Midterm Blogpost: HDEval's LLM Benchmarking for HDL Design
Evaluating the Potential of LLM Applications in Hardware
Introduction
Hello! My name is Ashwin Bardhwaj, an electrical engineering and computer science student based in San Diego, CA. For the past 6 weeks, I have been working closely with Professor Jose Renau on the HDEval project. The aim of this project is to create multiple project sized HDL benchmarks to evaluate how well existing LLMs can generate Verilog/Chisel code. These benchmarks will include my own “golden” HDL implementation of the project as well as respective English prompts to guide the LLM. I am excited to be able to work with these tools that have the potential to become a valuable resource for HDL design. So far, I have been successful in creating the first benchmark, a pipelined 3 stage RISC-V core, as well as working through by second project, a Gameboy Emulator.
RISC-V Implementation
Over this past month and a half, I have successfully completed my first benchmark which focuses on creating, modeling, and testing a pipelined 3-stage RISC-V core. The core uses the fetch, decode, and execute structure and is functional for most RV32I instructions. I synthesized and simulated my Verilog using Icarus Verilog and displayed the waveforms on GTKWave. After development, a good section of time was spent creating and tuning the English explanation of each Verilog module. After running these benchmark files through several LLM APIs, we compared the existing “golden” modules with the generated ones and noticed that more recent versions of LLMs such as GPT 4o and Claude 3 preform much better at creating syntactically correct and efficient code.

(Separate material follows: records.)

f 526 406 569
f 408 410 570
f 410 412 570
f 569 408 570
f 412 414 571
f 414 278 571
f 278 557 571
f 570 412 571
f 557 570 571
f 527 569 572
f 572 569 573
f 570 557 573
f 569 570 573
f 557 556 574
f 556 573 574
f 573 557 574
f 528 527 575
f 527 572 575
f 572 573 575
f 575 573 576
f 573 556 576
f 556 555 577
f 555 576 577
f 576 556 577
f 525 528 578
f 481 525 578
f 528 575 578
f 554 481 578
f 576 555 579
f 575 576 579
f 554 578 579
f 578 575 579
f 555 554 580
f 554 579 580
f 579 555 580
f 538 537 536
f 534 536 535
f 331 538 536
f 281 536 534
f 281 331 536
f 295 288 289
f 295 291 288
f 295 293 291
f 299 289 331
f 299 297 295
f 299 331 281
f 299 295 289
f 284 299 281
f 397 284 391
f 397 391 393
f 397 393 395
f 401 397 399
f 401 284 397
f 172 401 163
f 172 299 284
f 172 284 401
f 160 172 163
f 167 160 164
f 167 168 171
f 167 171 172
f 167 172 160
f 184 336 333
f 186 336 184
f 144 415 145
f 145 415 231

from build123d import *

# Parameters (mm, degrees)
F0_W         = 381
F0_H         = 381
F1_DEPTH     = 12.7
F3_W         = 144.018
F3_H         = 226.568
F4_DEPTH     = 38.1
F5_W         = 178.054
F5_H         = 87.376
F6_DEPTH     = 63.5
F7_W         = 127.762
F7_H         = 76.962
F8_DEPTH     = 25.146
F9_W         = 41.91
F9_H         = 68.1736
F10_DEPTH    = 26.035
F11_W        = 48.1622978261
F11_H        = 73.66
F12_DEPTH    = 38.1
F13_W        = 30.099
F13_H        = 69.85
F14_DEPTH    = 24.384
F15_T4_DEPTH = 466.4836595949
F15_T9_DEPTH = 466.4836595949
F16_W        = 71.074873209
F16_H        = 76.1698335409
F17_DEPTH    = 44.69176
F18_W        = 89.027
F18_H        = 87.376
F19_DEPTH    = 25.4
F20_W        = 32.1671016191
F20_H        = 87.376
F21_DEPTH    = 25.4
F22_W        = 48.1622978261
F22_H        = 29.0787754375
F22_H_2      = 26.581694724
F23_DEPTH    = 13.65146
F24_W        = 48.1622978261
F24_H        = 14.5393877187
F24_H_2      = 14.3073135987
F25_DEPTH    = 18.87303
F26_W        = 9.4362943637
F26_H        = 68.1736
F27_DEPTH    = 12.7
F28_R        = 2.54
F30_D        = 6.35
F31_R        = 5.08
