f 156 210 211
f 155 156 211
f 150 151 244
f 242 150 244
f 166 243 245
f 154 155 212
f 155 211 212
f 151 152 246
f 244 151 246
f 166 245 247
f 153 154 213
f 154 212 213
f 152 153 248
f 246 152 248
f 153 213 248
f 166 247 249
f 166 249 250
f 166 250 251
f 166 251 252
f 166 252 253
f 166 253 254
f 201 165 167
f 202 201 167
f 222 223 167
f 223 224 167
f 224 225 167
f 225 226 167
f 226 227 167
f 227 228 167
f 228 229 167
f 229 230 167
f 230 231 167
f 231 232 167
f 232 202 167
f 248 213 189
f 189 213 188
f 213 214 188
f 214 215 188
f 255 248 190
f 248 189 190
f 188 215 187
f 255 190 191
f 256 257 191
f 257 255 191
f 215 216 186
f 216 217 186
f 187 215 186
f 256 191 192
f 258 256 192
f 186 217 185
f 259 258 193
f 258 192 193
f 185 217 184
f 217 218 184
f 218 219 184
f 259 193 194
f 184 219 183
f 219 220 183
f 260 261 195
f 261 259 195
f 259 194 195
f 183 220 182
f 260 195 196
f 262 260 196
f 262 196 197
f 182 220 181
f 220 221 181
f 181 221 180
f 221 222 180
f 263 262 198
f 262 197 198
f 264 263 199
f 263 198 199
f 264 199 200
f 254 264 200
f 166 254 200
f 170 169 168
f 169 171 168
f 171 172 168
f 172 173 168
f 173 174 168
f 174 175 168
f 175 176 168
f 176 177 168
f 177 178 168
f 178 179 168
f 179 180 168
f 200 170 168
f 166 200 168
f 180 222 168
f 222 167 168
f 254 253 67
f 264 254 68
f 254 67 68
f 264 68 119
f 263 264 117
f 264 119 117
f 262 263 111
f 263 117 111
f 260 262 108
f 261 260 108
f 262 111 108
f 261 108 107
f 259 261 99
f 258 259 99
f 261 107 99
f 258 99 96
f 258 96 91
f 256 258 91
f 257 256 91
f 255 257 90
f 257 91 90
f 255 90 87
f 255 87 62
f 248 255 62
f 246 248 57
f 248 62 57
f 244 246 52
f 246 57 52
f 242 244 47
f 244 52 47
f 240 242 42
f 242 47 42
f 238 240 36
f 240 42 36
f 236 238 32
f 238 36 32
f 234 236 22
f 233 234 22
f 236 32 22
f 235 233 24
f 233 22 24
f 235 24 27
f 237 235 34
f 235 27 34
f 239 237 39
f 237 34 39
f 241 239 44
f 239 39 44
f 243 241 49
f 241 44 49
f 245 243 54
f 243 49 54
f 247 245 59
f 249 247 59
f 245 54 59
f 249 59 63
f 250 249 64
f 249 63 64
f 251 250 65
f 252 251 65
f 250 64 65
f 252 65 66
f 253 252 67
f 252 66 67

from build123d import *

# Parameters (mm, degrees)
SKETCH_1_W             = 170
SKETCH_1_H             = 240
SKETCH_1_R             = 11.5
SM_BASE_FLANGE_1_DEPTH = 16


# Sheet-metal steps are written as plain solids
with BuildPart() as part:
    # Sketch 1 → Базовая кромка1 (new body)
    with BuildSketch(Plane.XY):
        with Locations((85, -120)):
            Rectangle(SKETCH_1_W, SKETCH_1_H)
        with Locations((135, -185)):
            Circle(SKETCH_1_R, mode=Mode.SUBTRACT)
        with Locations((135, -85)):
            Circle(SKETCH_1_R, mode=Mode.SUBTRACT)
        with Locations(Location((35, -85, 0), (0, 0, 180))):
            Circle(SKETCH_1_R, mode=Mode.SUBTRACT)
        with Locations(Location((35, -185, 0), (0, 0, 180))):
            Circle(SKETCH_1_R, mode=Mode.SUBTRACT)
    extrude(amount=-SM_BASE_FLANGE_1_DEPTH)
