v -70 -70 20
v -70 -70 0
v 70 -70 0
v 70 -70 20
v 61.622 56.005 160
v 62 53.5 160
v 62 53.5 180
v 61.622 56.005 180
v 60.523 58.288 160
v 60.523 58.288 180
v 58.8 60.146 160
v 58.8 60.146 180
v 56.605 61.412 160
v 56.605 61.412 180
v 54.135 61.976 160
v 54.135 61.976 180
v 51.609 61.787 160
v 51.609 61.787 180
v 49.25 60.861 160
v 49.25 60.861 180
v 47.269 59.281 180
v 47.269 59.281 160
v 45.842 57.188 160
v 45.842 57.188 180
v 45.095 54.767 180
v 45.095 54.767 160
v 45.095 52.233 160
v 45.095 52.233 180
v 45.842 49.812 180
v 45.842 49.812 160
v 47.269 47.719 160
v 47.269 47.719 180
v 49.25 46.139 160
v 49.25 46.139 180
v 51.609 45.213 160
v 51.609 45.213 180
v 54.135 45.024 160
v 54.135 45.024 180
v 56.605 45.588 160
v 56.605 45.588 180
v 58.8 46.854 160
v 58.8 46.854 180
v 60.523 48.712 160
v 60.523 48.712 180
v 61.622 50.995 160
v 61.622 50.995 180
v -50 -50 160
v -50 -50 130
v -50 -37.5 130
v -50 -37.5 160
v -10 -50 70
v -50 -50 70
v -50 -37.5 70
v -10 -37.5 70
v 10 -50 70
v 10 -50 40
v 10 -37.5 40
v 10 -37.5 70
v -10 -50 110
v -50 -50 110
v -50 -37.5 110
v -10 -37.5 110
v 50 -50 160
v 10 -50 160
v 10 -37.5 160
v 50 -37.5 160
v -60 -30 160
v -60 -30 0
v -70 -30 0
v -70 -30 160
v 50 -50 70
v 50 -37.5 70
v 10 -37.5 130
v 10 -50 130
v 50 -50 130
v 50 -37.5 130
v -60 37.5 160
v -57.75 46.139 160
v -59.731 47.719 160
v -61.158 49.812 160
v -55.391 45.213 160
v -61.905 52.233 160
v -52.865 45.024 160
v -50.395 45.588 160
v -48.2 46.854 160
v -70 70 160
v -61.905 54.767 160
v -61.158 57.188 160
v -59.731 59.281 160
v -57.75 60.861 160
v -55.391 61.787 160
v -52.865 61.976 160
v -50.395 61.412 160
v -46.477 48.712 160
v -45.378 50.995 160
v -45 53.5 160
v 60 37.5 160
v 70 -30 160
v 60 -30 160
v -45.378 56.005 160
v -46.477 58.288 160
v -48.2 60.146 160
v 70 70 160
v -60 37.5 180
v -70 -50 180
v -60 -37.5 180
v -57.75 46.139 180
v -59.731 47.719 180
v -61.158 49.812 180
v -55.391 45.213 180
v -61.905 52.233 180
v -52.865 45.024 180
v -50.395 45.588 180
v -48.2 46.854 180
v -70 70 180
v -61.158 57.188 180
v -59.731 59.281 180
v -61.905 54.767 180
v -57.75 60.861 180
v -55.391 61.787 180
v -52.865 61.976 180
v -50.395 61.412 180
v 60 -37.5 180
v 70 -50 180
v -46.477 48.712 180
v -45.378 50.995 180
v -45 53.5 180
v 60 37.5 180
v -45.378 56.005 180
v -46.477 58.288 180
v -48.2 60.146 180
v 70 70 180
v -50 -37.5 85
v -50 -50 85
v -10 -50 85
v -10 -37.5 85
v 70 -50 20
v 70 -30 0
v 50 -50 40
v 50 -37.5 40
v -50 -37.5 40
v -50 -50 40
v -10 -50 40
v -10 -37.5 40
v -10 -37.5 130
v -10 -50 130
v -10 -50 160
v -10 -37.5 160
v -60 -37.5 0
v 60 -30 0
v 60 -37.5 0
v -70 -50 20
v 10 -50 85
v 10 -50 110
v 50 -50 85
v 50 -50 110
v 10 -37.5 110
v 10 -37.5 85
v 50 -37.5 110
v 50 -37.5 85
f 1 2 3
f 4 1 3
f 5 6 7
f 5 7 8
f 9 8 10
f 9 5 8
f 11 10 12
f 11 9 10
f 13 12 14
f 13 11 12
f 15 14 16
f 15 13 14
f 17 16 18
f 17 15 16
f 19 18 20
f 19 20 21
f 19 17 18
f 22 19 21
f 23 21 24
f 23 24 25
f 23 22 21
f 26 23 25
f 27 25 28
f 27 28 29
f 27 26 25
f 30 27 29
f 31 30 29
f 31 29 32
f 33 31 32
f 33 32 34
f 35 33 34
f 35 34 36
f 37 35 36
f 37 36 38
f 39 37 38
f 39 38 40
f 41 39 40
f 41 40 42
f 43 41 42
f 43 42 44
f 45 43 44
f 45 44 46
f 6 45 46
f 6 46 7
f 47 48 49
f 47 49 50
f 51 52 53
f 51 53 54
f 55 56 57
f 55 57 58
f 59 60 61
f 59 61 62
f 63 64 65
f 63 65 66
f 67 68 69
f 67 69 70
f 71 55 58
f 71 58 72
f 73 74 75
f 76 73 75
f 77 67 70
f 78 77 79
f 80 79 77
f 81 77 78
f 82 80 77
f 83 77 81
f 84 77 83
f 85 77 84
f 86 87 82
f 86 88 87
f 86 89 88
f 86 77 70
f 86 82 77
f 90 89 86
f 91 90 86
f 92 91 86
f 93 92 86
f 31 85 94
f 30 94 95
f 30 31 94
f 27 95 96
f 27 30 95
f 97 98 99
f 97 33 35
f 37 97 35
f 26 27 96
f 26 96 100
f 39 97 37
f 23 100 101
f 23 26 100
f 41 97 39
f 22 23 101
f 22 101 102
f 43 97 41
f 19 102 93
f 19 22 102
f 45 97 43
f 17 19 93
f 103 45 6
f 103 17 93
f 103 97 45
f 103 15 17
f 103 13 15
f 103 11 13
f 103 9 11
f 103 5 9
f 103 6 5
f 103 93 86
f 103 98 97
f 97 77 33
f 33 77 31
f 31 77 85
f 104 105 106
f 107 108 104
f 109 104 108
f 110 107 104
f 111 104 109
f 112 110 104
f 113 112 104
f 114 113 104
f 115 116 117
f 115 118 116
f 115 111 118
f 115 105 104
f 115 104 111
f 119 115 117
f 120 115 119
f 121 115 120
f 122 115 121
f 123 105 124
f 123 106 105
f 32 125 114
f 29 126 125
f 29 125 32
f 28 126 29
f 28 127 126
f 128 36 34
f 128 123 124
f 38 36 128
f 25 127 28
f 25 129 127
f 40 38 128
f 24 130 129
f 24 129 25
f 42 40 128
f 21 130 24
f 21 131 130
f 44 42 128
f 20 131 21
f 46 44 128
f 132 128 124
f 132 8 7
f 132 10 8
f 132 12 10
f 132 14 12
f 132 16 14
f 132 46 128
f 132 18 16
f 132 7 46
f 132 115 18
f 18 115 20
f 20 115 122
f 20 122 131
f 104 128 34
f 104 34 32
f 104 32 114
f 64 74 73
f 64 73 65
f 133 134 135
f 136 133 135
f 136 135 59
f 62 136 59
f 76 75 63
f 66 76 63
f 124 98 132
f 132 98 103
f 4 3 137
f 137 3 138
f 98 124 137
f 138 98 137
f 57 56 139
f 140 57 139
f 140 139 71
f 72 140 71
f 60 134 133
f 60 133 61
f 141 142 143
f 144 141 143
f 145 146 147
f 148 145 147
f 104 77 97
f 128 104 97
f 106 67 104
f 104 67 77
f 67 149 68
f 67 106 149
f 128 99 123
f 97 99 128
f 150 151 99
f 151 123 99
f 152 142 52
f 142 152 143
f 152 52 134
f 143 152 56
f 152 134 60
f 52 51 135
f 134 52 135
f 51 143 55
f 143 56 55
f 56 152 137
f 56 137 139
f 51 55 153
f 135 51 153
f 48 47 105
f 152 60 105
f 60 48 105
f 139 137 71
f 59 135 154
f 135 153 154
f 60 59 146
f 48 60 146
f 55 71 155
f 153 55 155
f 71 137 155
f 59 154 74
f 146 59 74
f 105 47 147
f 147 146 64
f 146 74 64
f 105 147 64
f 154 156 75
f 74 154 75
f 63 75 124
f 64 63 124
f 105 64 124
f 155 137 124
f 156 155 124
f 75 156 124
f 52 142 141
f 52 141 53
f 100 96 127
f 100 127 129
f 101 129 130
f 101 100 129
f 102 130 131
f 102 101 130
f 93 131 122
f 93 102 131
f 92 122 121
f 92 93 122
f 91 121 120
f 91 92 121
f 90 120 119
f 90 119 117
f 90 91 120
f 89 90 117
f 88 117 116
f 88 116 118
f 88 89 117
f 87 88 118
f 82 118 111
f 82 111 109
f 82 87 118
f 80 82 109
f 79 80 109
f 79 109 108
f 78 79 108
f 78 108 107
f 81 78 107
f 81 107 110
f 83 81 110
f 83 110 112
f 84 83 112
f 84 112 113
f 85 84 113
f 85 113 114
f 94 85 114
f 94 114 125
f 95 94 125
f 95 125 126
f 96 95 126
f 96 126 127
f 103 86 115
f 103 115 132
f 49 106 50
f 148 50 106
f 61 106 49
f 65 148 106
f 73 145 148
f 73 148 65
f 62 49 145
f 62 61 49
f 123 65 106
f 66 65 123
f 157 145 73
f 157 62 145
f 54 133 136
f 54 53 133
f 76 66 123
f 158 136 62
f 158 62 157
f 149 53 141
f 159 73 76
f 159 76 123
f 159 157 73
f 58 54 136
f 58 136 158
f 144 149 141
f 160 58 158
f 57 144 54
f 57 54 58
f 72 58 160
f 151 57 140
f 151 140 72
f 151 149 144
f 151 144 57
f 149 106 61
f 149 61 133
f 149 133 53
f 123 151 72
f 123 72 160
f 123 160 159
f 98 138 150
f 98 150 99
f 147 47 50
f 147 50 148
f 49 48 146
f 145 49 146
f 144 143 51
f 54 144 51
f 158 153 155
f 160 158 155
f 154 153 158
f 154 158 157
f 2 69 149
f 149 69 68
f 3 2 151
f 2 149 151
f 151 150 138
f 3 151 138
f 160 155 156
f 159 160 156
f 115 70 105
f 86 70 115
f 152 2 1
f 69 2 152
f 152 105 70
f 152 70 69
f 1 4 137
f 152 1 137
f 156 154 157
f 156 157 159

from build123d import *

# Parameters (mm, degrees)
F0_W     = 140
F0_H     = 140
F0_R     = 8.5
F0_W_2   = 120
F0_H_2   = 75
F1_DEPTH = 180
F2_W     = 20
F2_H     = 160
F2_W_2   = 100
F3_DEPTH = 140
F4_W     = 40
F4_H     = 30
F4_H_2   = 25
F5_DEPTH = 20


# Not quite as in the source:
# - a feature names something its author has since deleted; it is built from what else it names


with BuildPart() as f1:
    # F0 (on Top) → F1 (new body)
    with BuildSketch(Plane.XY):
        Rectangle(F0_W, F0_H)
        with Locations((-53.5, 53.5)):
            Circle(F0_R, mode=Mode.SUBTRACT)
        Rectangle(F0_W_2, F0_H_2, mode=Mode.SUBTRACT)
        with Locations((53.5, 53.5)):
            Circle(F0_R, mode=Mode.SUBTRACT)
    extrude(amount=F1_DEPTH)

    # F2 (on face) → F3 (cut)
    with BuildSketch(Plane.YZ.offset(70)):
        with Locations((-60, 100)):
            Rectangle(F2_W, F2_H)
        with Locations((20, 80)):
            Rectangle(F2_W_2, F2_H)
    extrude(amount=-F3_DEPTH, mode=Mode.SUBTRACT)

    # F4 (on face) → F5 (cut)
    with BuildSketch(Plane.XZ.offset(50)):
        with Locations((-30, 145)):
            Rectangle(F4_W, F4_H)
        with Locations((30, 145)):
            Rectangle(F4_W, F4_H)
        with Locations((30, 55)):
            Rectangle(F4_W, F4_H)
        with Locations((-30, 55)):
            Rectangle(F4_W, F4_H)
        with Locations((-30, 97.5)):
            Rectangle(F4_W, F4_H_2)
        with Locations((30, 97.5)):
            Rectangle(F4_W, F4_H_2)
    extrude(amount=-F5_DEPTH, mode=Mode.SUBTRACT)


solid = f1.part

In addition, I have also created a tool that will parse the Verilog and instruction files into the necessary json structure to then test on various models.
Gameboy Emulator
I am also in the process of developing the second benchmark, which targets a Gameboy emulator. This will challenge the LLMs much more than the RISC-V project because apart from the custom CISC CPU, the model should also understand how to handle various other blocks of the hardware system including memory, picture processing unit (PPU), sound processing unit (SPU), various input/output systems like the buttons and cartridge, and interrupt handlers. As a result, it will challenge the model to understand the system as a whole when creating each individual module.
Next Steps
As we continue on to the second half of the project, I will continue working on my gameboy emulator. I have already completely developed and tested the Z80-esque CPU, DMA, and interrupt handler but need to continue working on the display and sound interfaces. Also, I will also continue to evaluate and run these tests over a wider range of LLMs to get a better picture of what models and versions are best suited for HDL design as well as the direction these models are going in.